Не стал бы. К тому же, хотя Скарпетта и не собирается ему это сообщать, жертва долго страдала от домашнего насилия — на это указывают старые, заросшие трещины, зарубцевавшиеся раны и явное истощение. Если только Балраш Улисс С. Грант не был опекуном или приемным родителем мальчика или не похитил его и держал где-то месяцами и даже годами, убийца — не он.

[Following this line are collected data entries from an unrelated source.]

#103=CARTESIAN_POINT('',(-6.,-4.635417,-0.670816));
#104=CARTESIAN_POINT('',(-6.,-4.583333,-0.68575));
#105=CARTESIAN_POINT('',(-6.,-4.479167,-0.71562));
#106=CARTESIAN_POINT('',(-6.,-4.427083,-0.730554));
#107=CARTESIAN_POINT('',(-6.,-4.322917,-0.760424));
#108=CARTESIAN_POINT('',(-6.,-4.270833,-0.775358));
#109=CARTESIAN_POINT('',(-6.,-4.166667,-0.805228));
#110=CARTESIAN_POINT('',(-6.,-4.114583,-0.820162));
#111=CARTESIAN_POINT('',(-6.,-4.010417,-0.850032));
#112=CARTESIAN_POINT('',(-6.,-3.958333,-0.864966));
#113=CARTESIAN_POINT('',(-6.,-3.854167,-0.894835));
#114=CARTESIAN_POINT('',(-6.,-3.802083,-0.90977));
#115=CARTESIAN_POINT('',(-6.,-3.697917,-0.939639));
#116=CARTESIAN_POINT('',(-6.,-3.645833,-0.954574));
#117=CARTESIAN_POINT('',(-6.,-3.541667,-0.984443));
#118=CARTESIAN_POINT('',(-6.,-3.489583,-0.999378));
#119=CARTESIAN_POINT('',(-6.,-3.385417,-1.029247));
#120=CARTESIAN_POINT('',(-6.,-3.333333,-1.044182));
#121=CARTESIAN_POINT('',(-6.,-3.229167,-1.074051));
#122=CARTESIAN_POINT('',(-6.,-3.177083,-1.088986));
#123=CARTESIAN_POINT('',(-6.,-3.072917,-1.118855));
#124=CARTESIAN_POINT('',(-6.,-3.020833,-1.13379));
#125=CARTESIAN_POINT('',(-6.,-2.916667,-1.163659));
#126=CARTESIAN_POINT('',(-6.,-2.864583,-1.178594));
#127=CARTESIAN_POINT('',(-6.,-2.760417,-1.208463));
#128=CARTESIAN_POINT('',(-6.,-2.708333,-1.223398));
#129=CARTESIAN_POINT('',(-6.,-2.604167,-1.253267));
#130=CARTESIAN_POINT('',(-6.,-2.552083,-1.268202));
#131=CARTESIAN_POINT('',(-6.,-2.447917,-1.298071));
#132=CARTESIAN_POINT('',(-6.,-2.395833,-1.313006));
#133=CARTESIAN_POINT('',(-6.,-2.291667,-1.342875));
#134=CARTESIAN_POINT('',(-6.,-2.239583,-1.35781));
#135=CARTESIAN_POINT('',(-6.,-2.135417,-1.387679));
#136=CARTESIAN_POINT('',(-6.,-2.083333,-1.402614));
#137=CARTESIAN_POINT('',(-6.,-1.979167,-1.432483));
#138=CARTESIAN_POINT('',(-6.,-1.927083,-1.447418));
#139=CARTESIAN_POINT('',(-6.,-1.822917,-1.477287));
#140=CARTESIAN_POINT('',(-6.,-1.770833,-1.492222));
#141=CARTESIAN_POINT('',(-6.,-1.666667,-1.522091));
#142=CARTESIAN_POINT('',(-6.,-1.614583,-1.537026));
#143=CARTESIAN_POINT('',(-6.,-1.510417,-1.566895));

— Ты обещал рассказать, как нашел его и что вообще случилось в тот понедельник. Но давай по порядку. Где ты живешь? — спрашивает Марино. — Насколько я понимаю, не на Хилтон-Хед?
— Нет, сэр. Конечно, нет. — Бык смеется. — Это мне немножко не по средствам. У нас домишко милях в двадцати пяти к северо-западу отсюда. Там у меня и рыбалка, и прочее. Погружаю лодку, еду куда надо и спускаю на воду. А там уж по сезону — креветки, рыба, устрицы. У меня плоскодонка. Легкая как перышко, так что зайти можно в любой заливчик. Надо только знать, когда прилив, когда отлив, чтобы не застрять с уловом, когда вода уйдет. Бывает, щитомордники встречаются или гремучки. Аллигаторы тоже попадаются, но те по большей части в каналах и бухточках, где много растительности и вода солоноватая.
— Ты говоришь про лодку вроде той, что в кузове грузовичка на стоянке? — уточняет Марино.
— Точно.
— Мотор на пять лошадок?
— Верно.
— Прежде чем уедешь, я бы хотел на нее взглянуть. Не возражаешь, если я осмотрю лодку и грузовик? Полицейские, наверное, уже проверили?
— Нет, сэр, никто не смотрел. Когда они туда приехали, я рассказал, что знал, и они сказали, что я свободен. Ну я и вернулся к машине. Там уже много народу было. Так что я не против. Идите и смотрите. Мне скрывать нечего.
— Спасибо, но в этом нет необходимости.
Скарпетта многозначительно смотрит на Марино. Уж он-то прекрасно знает, что они не имеют никакого права обыскивать грузовик или лодку мистера Гранта. Это дело полицейских, а те, похоже, решили, что это ни к чему.
— И где же ты в тот день спустил лодку на воду? — спрашивает Марино.
— На Олд-Хаус-Крик. Там лодочная пристань и лавчонка, где я, если день выдастся удачный, продаю часть улова. Особенно если повезет с устрицами и креветками.
— И ничего подозрительного на стоянке ты в то утро не заметил?
— Вроде бы ничего. Да и что бы я мог заметить? Парнишка, когда я его нашел, был уже несколько дней как мертв.
— Кто вам это сказал? — быстро спрашивает Скарпетта.
— Парень на парковке. Из похоронного бюро.
— Тот, что доставил сюда тело?
— Нет, мэм, другой. У него такой большой черный катафалк. Что он там делал, не знаю. Но говорил много.
— Люшес Меддикс? — уточняет Скарпетта.
— Точно, мэм. Из похоронного бюро Меддикса. Так вот, он сказал, что мальчик помер дня за два или три до того, как я его нашел.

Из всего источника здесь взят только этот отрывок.